If we'd picked the correct value, we'd expect to see two separate transits: one for the primary eclipse, and another for the secondary. Thinking about the orbits of binary stars, what might be wrong with our calculated period? Can you find the right period and create a new phase-folded curve?

In [None]:
## type your answer here!

# true_period = binary_period
# lc1.fold(true_period).scatter()

## Masking out the Stellar Transits

There's definitely an even more interesting signal hiding in this data. To detect it, we'll need to first remove the signal from our binary stars. A good first approach to this might be to remove the data where it dips below a certain value.

In [None]:
transiting = lc1['flux'] < 0.94
lc1[transiting].scatter()

Unfortunately, this won't quite work. There's still the area of these transits between 0.94 and 1 that will contribute to the periodogram. Instead, let's work to estimate the duration of these transits, which will allow us to create a better mask for them.

To start, let's get the times for the first and second transit.

In [None]:
# convert time and flux to arrays, so that they're easier to work with
fluxes = lc1.flux.value
time_series = lc1.time.value

# identify the locations of the transits
transits = time_series[np.where(fluxes < 0.95)]
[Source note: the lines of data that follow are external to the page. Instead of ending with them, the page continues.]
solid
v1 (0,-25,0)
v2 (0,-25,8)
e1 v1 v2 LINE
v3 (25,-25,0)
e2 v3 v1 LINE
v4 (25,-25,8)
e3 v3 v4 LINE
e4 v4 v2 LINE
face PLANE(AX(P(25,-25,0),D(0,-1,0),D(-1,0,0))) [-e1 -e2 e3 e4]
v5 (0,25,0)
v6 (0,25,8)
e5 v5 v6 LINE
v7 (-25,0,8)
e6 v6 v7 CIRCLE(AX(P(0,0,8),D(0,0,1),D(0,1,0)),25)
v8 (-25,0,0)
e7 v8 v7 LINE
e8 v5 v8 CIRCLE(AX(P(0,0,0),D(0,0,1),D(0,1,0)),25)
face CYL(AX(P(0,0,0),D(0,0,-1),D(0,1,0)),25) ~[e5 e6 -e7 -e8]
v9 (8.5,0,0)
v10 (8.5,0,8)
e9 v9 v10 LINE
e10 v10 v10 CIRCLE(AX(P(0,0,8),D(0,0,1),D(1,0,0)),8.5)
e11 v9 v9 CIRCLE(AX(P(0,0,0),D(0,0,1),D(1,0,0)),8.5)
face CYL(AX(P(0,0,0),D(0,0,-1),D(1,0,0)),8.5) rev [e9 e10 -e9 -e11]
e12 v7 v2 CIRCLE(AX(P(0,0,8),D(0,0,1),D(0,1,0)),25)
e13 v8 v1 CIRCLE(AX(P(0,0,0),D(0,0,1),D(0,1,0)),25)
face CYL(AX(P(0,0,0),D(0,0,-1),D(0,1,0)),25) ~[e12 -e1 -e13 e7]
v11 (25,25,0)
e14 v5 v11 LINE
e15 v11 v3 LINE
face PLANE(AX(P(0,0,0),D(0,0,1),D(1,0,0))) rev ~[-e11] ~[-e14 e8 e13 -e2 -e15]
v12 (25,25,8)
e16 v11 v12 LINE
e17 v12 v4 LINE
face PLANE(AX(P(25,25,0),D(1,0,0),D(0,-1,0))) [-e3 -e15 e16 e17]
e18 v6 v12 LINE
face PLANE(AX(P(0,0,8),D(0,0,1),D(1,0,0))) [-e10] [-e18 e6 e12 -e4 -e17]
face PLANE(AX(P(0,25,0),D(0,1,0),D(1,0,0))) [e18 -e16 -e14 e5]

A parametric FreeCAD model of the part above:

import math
import FreeCAD as App
import Part
import Sketcher
from FreeCAD import Vector
Q = App.Units.Quantity

doc = App.newDocument("Part")
params = doc.addObject("Spreadsheet::Sheet", "Params")
for row, (alias, value) in enumerate([
    ("sketch1_diameter", "17 mm"),
    ("sketch1_radius", "25 mm"),
    ("sketch1_width", "25 mm"),
    ("pad1_length", "8 mm"),
], start=1):
    params.set(f"A{row}", alias)
    params.set(f"B{row}", "=" + value)
    params.setAlias(f"B{row}", alias)

body = doc.addObject("PartDesign::Body", "Body")

# Sketch on XY plane
sketch1 = doc.addObject("Sketcher::SketchObject", "Sketch")
body.addObject(sketch1)
sketch1.AttachmentSupport = (doc.XY_Plane, [""])
sketch1.MapMode = "FlatFace"
sketch1.addGeometry([
    Part.LineSegment(Vector(25, 25, 0), Vector(0, 25, 0)),  # 0
    Part.ArcOfCircle(Part.Circle(Vector(0, 0, 0), Vector(0, 0, 1), 25), math.radians(90), math.radians(270)),  # 1
    Part.LineSegment(Vector(0, -25, 0), Vector(25, -25, 0)),  # 2
    Part.LineSegment(Vector(25, -25, 0), Vector(25, 25, 0)),  # 3
    Part.Circle(Vector(0, 0, 0), Vector(0, 0, 1), 8),  # 4
], False)
sketch1.addConstraint([
    Sketcher.Constraint("Tangent", 0, 2, 1, 1),
    Sketcher.Constraint("Tangent", 1, 2, 2, 1),
    Sketcher.Constraint("Coincident", 2, 2, 3, 1),
    Sketcher.Constraint("Coincident", 3, 2, 0, 1),
    Sketcher.Constraint("Horizontal", 0),
    Sketcher.Constraint("Horizontal", 2),
    Sketcher.Constraint("Vertical", 3),
    Sketcher.Constraint("Coincident", 1, 3, -1, 1),
    Sketcher.Constraint("Coincident", 4, 3, -1, 1),
    Sketcher.Constraint("Diameter", 4, Q("17 mm")),
    Sketcher.Constraint("Radius", 1, Q("25 mm")),
    Sketcher.Constraint("DistanceX", 0, 2, 0, 1, Q("25 mm")),
])
sketch1.setExpression("Constraints[9]", "Params.sketch1_diameter")
sketch1.setExpression("Constraints[10]", "Params.sketch1_radius")
sketch1.setExpression("Constraints[11]", "Params.sketch1_width")
pad1 = doc.addObject("PartDesign::Pad", "Pad")
body.addObject(pad1)
pad1.Profile = sketch1
pad1.setExpression("Length", "Params.pad1_length")

doc.recompute()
# identify the very first transit
first = transits[transits < 1712]

# identify the second transit
second = transits[np.bitwise_and(transits<1718, transits>1716)]

Now, since we have rough estimates for when these transits occured, we can figure out the time (the "middle" of the transit) and duration (how long they last). Our duration will be a bit of an underestimate, so we'll need to correct for that later.

In [None]:
# Get the mean time for the first transit, calculate the duration
t_time1 = np.mean(first)
t_duration1 = first[-1] - first[0]

# Get the mean time for the first transit, calculate the duration
t_time2 = np.mean(second)
t_duration2 = second[-1] - second[0]

With these values calculated, we can ask `lightkurve` to create a transit mask. This will mark of the locations that we belive contain a transit. We know that our duration is an underestimate, so let's add a fudge factor of 10 to make sure we get all of the data.

For clarity, we'll plot both the transit we intend to remove and the resulting "cleaned" plot.

In [None]:
# Create the mask for the larger transit, multiplying the duration by ten
mask1 = lc1.create_transit_mask(transit_time=t_time1, period=true_period, duration=t_duration1*10)

# show the masked data that we'll remove
lc1[mask1].scatter()
plt.title("Transits to be removed")

# plot the cleaned data
lc1[~mask1].scatter()
plt.title("Cleaned flux")

Good! Our factor of 10 seems about right for this graph: some transits have additional signal on both sides, but we haven't removed too much data.

Let's do the same for the secondary eclipse. Since we're capturing more of the transit in our intital estimate, our fudge factor will be a little bit lower.

In [None]:
# Create the mask for the smaller transit, multiplying the duration by three
mask2 = lc1.create_transit_mask(transit_time=t_time2, period=true_period, duration=t_duration2*3)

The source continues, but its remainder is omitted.